居心地のいいリビングをつくる照明の黄金ルール

居心地のいいリビングをつくる照明の黄金ルール

寒暖差が特に激しい季節になりましたね。皆様体調管理は大丈夫でしょうか?

今日も明るく元気に頑張っていきましょう。柴田です。

さて、本日は『居心地のいいリビングをつくる照明の黄金ルール』という事で照明のことについて少し触れていきたいと思います。

せっかくこだわって決めた間取りや壁紙。それなのに、「夜になると、なんだか思ったより落ち着かない空間になってしまう...」という失敗談、実は少なくありません。

その原因の多くは「照明の選び方と配置」にあります。

今回は、失敗しないリビングの照明計画について、科学的な根拠も交えながら分かりやすく解説しようと思います!

1. なぜ「一室一灯」だとおしゃれに見えないのか?

日本の昔ながらの住宅に多かったのが、天井の真ん中に大きなシーリングライトを1つポンとつける「一室一灯」のスタイルです。部屋全体が均一に明るくなるため便利ではあるのですが、実はこれが「お部屋のムード」を消してしまう原因になります。

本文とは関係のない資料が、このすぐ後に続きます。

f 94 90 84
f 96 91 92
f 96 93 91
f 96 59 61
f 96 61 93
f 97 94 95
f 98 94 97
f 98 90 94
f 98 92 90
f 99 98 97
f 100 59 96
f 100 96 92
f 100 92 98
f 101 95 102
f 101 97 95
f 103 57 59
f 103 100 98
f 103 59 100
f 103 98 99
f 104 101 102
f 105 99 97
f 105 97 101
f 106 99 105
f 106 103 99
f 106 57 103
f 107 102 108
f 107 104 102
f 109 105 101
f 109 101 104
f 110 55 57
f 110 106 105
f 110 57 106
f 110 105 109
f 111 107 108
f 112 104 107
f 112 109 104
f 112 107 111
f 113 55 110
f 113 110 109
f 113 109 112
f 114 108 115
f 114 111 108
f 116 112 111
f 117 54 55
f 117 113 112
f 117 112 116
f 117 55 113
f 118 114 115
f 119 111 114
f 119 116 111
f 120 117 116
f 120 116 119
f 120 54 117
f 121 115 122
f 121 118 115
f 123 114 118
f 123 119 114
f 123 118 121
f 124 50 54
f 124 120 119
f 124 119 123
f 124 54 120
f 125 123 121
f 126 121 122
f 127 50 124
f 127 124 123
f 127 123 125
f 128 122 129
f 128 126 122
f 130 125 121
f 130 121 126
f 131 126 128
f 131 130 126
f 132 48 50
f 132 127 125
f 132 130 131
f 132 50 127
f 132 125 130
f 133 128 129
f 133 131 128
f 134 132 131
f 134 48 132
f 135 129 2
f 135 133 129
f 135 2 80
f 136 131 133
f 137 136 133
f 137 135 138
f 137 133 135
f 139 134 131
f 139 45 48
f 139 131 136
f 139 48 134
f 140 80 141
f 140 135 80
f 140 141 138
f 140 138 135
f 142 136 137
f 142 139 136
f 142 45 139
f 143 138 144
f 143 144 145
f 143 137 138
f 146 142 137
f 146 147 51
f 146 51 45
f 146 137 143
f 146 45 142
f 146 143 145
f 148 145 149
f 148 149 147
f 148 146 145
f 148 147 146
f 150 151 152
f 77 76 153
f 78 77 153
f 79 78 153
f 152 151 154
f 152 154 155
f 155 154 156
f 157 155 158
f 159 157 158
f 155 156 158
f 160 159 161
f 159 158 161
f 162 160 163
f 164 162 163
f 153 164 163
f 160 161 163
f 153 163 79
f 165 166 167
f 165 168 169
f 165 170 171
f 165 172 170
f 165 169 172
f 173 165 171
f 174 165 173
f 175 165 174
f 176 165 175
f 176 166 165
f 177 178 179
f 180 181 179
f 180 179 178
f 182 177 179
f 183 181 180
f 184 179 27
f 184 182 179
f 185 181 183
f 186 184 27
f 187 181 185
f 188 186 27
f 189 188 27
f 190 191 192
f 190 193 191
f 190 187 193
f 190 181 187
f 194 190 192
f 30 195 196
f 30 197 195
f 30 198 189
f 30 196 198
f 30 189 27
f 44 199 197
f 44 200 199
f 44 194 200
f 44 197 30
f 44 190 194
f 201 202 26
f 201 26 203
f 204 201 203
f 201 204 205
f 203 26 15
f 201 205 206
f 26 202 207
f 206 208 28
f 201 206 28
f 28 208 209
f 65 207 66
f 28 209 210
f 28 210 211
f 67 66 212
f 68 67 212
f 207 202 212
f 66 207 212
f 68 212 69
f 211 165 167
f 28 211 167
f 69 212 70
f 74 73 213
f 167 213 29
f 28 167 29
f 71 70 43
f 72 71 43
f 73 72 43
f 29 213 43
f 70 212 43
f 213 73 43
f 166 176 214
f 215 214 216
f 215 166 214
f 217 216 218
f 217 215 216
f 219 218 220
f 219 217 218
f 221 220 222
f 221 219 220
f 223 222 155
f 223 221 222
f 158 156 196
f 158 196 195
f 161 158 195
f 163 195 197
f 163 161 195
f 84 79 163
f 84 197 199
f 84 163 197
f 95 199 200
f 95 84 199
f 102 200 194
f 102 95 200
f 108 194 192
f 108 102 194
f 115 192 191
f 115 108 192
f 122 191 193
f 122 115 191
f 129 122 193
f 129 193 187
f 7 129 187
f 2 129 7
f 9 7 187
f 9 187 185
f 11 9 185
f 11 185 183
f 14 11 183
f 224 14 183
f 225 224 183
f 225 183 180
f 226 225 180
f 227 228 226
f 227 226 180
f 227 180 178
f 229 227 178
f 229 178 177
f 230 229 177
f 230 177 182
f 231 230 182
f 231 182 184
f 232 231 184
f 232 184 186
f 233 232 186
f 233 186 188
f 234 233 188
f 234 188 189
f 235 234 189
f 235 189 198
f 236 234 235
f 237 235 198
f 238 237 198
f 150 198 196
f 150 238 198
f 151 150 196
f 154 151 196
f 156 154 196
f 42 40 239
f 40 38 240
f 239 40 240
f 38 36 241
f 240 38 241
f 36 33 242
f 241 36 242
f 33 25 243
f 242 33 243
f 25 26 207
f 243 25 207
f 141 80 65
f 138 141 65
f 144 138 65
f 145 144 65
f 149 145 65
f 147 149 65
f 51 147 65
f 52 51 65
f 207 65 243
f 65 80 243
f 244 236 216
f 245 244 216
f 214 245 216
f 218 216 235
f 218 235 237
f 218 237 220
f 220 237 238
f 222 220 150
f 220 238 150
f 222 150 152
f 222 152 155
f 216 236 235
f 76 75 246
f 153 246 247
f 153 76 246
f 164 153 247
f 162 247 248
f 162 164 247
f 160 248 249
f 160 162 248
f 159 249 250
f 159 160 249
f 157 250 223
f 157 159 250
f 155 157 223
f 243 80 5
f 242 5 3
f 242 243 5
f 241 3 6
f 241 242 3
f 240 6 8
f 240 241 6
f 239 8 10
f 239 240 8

人間は、空間の中に「明るいところ」と「暗いところ(影)」のメリハリがある方が、奥行きを感じ、リラックスできる習性を持っています。

空間全体をのっぺりと照らしてしまうと、ホテルのような洗練された雰囲気や、カフェのような居心地のよさは生まれにくくなってしまうのです。

2. 居心地よさを科学する「一室多灯(分散照明)」のすすめ

そこでおすすめしたいのが、複数の照明を組み合わせる「一室多灯(いっしつたとう)」の考え方です。

・ベースライト(全体を照らす): すっきりしたダウンライトなど

・タスクライト(作業する場所を照らす): 手元を照らすペンダントライトやスタンドライト

・アセントライト(雰囲気を出す): 壁や間接照明で空間に表情をつける

これらを組み合わせることで、時間帯や用途(子どもの勉強、大人の晩酌、映画鑑賞など)に合わせて、お部屋の表情をガラリと変えることができます。

【科学的な根拠】光の色と明るさが脳に与える影響

照明を選ぶ際、絶対に外せないのが「色(色温度)」と「明るさ(照度)」のバランスです。これには、照明デザインの基礎となる生理学的な指標「クルイトフの快適領域」が深く関係しています。

クルイトフの快適領域とは?

オランダの物理学者クルイトフが導き出した、人間が「心地よい」と感じる【光の色(色温度:K)】と【明るさ(照度:lx)】のバランスを示したものです。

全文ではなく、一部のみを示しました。